A better definition of retirement is doing what you love and having control over your resources. Do you have to suffer for 50 years to do what you love? Many people talk of “paying your dues”. Why not do what you love now? Yes, there are many responsibilities to consider, and doing what you love means being much more mindful of how things get done, how things are paid for and who gets affected. Doing what you love is hard for most people because it means being different; it forces you to shed many fears and issues and become what you want to be. People are scared to face this reality, so they do a job that gets them by, “pays the bills”, and allows them to hang onto their current beliefs. Happiness may be compromised in this choice, as well as health and other aspects of life that are believed to be important.

Retirement is really about a state of mind. It is not only about the money.
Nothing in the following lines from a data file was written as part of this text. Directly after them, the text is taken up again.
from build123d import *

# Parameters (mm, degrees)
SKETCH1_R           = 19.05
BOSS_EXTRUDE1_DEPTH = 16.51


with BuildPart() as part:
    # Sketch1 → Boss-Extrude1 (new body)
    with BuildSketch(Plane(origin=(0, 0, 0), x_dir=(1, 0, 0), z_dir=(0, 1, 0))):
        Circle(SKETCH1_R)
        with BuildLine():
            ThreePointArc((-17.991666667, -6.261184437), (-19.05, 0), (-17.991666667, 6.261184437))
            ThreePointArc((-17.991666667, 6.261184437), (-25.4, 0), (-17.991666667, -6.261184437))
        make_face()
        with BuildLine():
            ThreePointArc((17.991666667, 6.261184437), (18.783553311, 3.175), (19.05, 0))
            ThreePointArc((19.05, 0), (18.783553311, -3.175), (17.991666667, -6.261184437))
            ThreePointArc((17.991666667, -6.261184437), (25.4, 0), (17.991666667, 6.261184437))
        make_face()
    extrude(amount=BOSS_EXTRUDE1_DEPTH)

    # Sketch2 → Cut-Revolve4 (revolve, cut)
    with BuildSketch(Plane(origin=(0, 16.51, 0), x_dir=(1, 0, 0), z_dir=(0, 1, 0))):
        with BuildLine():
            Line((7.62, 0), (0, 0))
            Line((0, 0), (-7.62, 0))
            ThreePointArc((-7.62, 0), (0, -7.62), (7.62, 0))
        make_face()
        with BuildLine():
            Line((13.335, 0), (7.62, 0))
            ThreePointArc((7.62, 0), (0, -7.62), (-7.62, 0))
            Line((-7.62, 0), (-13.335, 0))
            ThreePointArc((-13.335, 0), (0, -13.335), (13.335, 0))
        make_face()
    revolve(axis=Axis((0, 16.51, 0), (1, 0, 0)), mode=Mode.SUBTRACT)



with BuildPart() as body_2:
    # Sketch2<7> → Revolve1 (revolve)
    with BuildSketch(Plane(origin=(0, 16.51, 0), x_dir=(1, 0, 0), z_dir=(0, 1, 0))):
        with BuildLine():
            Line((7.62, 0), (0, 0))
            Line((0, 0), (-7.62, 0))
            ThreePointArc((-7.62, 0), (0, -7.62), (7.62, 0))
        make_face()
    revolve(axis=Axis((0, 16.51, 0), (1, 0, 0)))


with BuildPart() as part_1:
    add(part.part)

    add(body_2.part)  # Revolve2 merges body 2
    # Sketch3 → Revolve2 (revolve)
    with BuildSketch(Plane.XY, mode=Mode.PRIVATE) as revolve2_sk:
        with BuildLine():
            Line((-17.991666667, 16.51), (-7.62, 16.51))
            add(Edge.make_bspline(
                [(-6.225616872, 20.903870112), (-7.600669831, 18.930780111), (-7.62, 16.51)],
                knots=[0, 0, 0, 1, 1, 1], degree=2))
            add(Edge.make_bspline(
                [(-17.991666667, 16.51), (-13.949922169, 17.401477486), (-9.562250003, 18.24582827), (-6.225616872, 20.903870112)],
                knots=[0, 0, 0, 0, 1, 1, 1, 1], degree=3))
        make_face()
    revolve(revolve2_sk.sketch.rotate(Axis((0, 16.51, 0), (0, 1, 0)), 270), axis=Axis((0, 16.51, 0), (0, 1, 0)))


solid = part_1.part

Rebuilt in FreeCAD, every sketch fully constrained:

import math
import FreeCAD as App
import Part
import Sketcher
from FreeCAD import Vector
Q = App.Units.Quantity

doc = App.newDocument("Part")
body = doc.addObject("PartDesign::Body", "Body")

# Sketch on XZ plane
sketch1 = body.newObject("Sketcher::SketchObject", "Sketch")
sketch1.AttachmentSupport = (doc.getObject("XZ_Plane"), [""])
sketch1.MapMode = "FlatFace"
sketch1.addGeometry([
    Part.ArcOfCircle(Part.Circle(Vector(-19, 0, 0), Vector(0, 0, 1), 6), math.radians(80), math.radians(280)),
    Part.ArcOfCircle(Part.Circle(Vector(0, 0, 0), Vector(0, 0, 1), 19), math.radians(19), math.radians(161)),
    Part.ArcOfCircle(Part.Circle(Vector(19, 0, 0), Vector(0, 0, 1), 6), math.radians(-100), math.radians(100)),
    Part.ArcOfCircle(Part.Circle(Vector(0, 0, 0), Vector(0, 0, 1), 19), math.radians(-161), math.radians(-19)),
], False)
sketch1.addConstraint([
    Sketcher.Constraint("Coincident", 0, 1, 1, 2),
    Sketcher.Constraint("Coincident", 1, 1, 2, 2),
    Sketcher.Constraint("Coincident", 2, 1, 3, 2),
    Sketcher.Constraint("Coincident", 3, 1, 0, 2),
    Sketcher.Constraint("Coincident", 1, 3, -1, 1),
    Sketcher.Constraint("Coincident", 3, 3, -1, 1),
    Sketcher.Constraint("Equal", 0, 2),
    Sketcher.Constraint("Equal", 1, 3),
    Sketcher.Constraint("Symmetric", 0, 3, 2, 3, -1, 1),
    Sketcher.Constraint("PointOnObject", 0, 3, -1),
    Sketcher.Constraint("Radius", 0, Q("0.25 in")),
    Sketcher.Constraint("Radius", 1, Q("0.75 in")),
    Sketcher.Constraint("DistanceX", 0, 3, 2, 3, Q("1.5 in")),
])
pad1 = body.newObject("PartDesign::Pad", "Pad")
pad1.Profile = sketch1
pad1.Length = Q("0.65 in")
pad1.Reversed = True

# Sketch on XZ plane
sketch2 = body.newObject("Sketcher::SketchObject", "Sketch001")
sketch2.AttachmentSupport = (doc.getObject("XZ_Plane"), [""])
sketch2.MapMode = "FlatFace"
sketch2.AttachmentOffset = App.Placement(Vector(0, 0, -0.65 * 25.4), App.Rotation())
sketch2.addGeometry([
    Part.ArcOfCircle(Part.Circle(Vector(0, 0, 0), Vector(0, 0, 1), 13), math.radians(0), math.radians(180)),
    Part.LineSegment(Vector(13, 0, 0), Vector(-13, 0, 0)),
], False)
sketch2.addConstraint([
    Sketcher.Constraint("Coincident", 0, 1, 1, 1),
    Sketcher.Constraint("Coincident", 1, 2, 0, 2),
    Sketcher.Constraint("Horizontal", 1),
    Sketcher.Constraint("Coincident", 0, 3, -1, 1),
    Sketcher.Constraint("PointOnObject", 0, 1, -1),
    Sketcher.Constraint("Radius", 0, Q("0.525 in")),
])
groove = body.newObject("PartDesign::Groove", "Groove")
groove.Profile = sketch2
groove.ReferenceAxis = (sketch2, ["H_Axis"])
groove.Angle = 360
body2 = doc.addObject("PartDesign::Body", "Body001")

# Sketch on XZ plane
sketch3 = body2.newObject("Sketcher::SketchObject", "Sketch002")
sketch3.AttachmentSupport = (doc.getObject("XZ_Plane001"), [""])
sketch3.MapMode = "FlatFace"
sketch3.AttachmentOffset = App.Placement(Vector(0, 0, -0.65 * 25.4), App.Rotation())
sketch3.addGeometry([
    Part.LineSegment(Vector(8, 0, 0), Vector(-8, 0, 0)),
    Part.ArcOfCircle(Part.Circle(Vector(0, 0, 0), Vector(0, 0, 1), 8), math.radians(0), math.radians(180)),
], False)
sketch3.addConstraint([
    Sketcher.Constraint("Coincident", 0, 1, 1, 1),
    Sketcher.Constraint("Coincident", 1, 2, 0, 2),
    Sketcher.Constraint("Horizontal", 0),
    Sketcher.Constraint("Coincident", 1, 3, -1, 1),
    Sketcher.Constraint("PointOnObject", 0, 1, -1),
    Sketcher.Constraint("Radius", 1, Q("0.3 in")),
])
revolution = body2.newObject("PartDesign::Revolution", "Revolution")
revolution.Profile = sketch3
revolution.ReferenceAxis = (sketch3, ["H_Axis"])
revolution.Angle = 360
body.AllowCompound = True
doc.recompute()

boolean = body.newObject("PartDesign::Boolean", "Boolean")
boolean.Type = "Fuse"
boolean.addObjects([body2])

# Sketch on XY plane
sketch4 = body.newObject("Sketcher::SketchObject", "Sketch003")
sketch4.AttachmentSupport = (doc.getObject("XY_Plane"), [""])
sketch4.MapMode = "FlatFace"
sketch4.addGeometry([
    Part.LineSegment(Vector(-17.991667, 16.51, 0), Vector(-7.62, 16.51, 0)),
    Part.BSplineCurve([Vector(-6.225617, 20.90387, 0), Vector(-7.60067, 18.93078, 0), Vector(-7.62, 16.51, 0)], [3, 3], [0, 1], False, 2, [1, 1, 1], False),
    Part.BSplineCurve([Vector(-17.991667, 16.51, 0), Vector(-13.949922, 17.401477, 0), Vector(-9.56225, 18.245828, 0), Vector(-6.225617, 20.90387, 0)], [4, 4], [0, 1], False, 3, [1, 1, 1, 1], False),
], False)
sketch4.addConstraint([
    Sketcher.Constraint("Block", 1),
    Sketcher.Constraint("Block", 2),
    Sketcher.Constraint("Coincident", 0, 2, 1, 2),
    Sketcher.Constraint("Coincident", 2, 1, 0, 1),
])
revolution2 = body.newObject("PartDesign::Revolution", "Revolution001")
revolution2.Profile = sketch4
revolution2.ReferenceAxis = (sketch4, ["V_Axis"])
revolution2.Angle = 360

doc.recompute()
The money aspect as well as health, relationships, time and resources should all be planned because these areas are what the money is supposed to be used for. As jobs become more and more uncertain, golfing at age 65 is becoming more and more irrelevant.

The model of retirement from the 1970’s was used to sell a dream of leisure that was not very easy to materialize. Once the lifespan allowed it to materialize, the money became more and more elusive to fund the dream. Today the possibilities still exist, but you will have to make them yourself rather than relying on society for the dream prescribed to you. There are many assumptions and myths that are made regarding retirement, and some of them will be discussed below.

A retirement switch turns on when you turn 65 and no other age. This assumption was made in the past, but today, retirement ages are being pushed back to between 65 and 70 years old for the poor, and earlier than 60 for the wealthy. For the entrepreneur or self-employed person, there is no age as this model has been abandoned. The age of 65 is one possibility of when to retire, but it is not the only one. There really isn’t a set age any more to make this change; it will depend on what you want to do.

There are other people who postpone retirement indefinitely because they would not know who they would be without their jobs. If they don’t work, they feel useless, a burden to society, or second class citizens. These people may have more than enough wealth; but there are also people who work past age 65 because of financial lack. This did not happen in the past because people did not manage their retirement directly. The trend over the last 20 years is to shift responsibility for retiring to the retiree rather than the employer or the government. This is why RRSPs were introduced, why the TFSA was introduced, and why company pensions are becoming fewer and less reliable. If you have a pension plan, it is becoming defined contribution versus defined benefit. Defined contribution means that people would have to invest their own money and bear the risk of their losses, whereas for defined benefit this was not expected. Health costs were also covered up to and into retirement – and the trend is to privatize these services more, so that people will have to pay for themselves, either directly or through private insurance. Provincial health insurance is covering fewer items each year, work benefits are covering more each year, and more services are being charged for and outsourced to private companies.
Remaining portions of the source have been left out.